Exercise instructions
Write each record again exactly as it stands.

┌──

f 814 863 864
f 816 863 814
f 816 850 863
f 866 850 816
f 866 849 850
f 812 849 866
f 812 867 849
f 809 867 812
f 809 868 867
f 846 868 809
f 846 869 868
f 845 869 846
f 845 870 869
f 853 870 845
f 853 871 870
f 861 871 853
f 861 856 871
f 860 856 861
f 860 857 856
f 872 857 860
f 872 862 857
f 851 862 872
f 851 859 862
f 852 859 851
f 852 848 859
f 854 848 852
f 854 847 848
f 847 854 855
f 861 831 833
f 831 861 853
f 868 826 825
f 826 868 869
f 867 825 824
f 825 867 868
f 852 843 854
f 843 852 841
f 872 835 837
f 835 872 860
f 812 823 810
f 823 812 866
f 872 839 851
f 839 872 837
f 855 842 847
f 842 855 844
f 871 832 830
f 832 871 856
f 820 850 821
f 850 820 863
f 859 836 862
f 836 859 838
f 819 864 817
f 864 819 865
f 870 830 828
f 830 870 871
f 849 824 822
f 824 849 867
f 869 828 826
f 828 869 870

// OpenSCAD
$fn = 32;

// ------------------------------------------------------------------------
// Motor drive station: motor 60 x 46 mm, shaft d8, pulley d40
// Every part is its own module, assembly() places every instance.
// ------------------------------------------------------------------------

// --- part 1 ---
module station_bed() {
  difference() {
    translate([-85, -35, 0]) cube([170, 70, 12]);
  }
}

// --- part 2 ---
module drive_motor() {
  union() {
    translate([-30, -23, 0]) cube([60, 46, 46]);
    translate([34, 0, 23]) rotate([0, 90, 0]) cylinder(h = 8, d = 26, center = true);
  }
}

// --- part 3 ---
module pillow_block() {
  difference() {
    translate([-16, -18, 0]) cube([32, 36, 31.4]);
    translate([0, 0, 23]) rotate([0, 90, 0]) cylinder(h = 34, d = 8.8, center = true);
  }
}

└──

Solved problem
f 814 863 864
f 816 863 814
f 816 850 863
f 866 850 816
f 866 849 850
f 812 849 866
f 812 867 849
f 809 867 812
f 809 868 867
f 846 868 809
f 846 869 868
f 845 869 846
f 845 870 869
f 853 870 845
f 853 871 870
f 861 871 853
f 861 856 871
f 860 856 861
f 860 857 856
f 872 857 860
f 872 862 857
f 851 862 872
f 851 859 862
f 852 859 851
f 852 848 859
f 854 848 852
f 854 847 848
f 847 854 855
f 861 831 833
f 831 861 853
f 868 826 825
f 826 868 869
f 867 825 824
f 825 867 868
f 852 843 854
f 843 852 841
f 872 835 837
f 835 872 860
f 812 823 810
f 823 812 866
f 872 839 851
f 839 872 837
f 855 842 847
f 842 855 844
f 871 832 830
f 832 871 856
f 820 850 821
f 850 820 863
f 859 836 862
f 836 859 838
f 819 864 817
f 864 819 865
f 870 830 828
f 830 870 871
f 849 824 822
f 824 849 867
f 869 828 826
f 828 869 870

// OpenSCAD
$fn = 32;

// ------------------------------------------------------------------------
// Motor drive station: motor 60 x 46 mm, shaft d8, pulley d40
// Every part is its own module, assembly() places every instance.
// ------------------------------------------------------------------------

// --- part 1 ---
module station_bed() {
  difference() {
    translate([-85, -35, 0]) cube([170, 70, 12]);
  }
}

// --- part 2 ---
module drive_motor() {
  union() {
    translate([-30, -23, 0]) cube([60, 46, 46]);
    translate([34, 0, 23]) rotate([0, 90, 0]) cylinder(h = 8, d = 26, center = true);
  }
}

// --- part 3 ---
module pillow_block() {
  difference() {
    translate([-16, -18, 0]) cube([32, 36, 31.4]);
    translate([0, 0, 23]) rotate([0, 90, 0]) cylinder(h = 34, d = 8.8, center = true);
  }
}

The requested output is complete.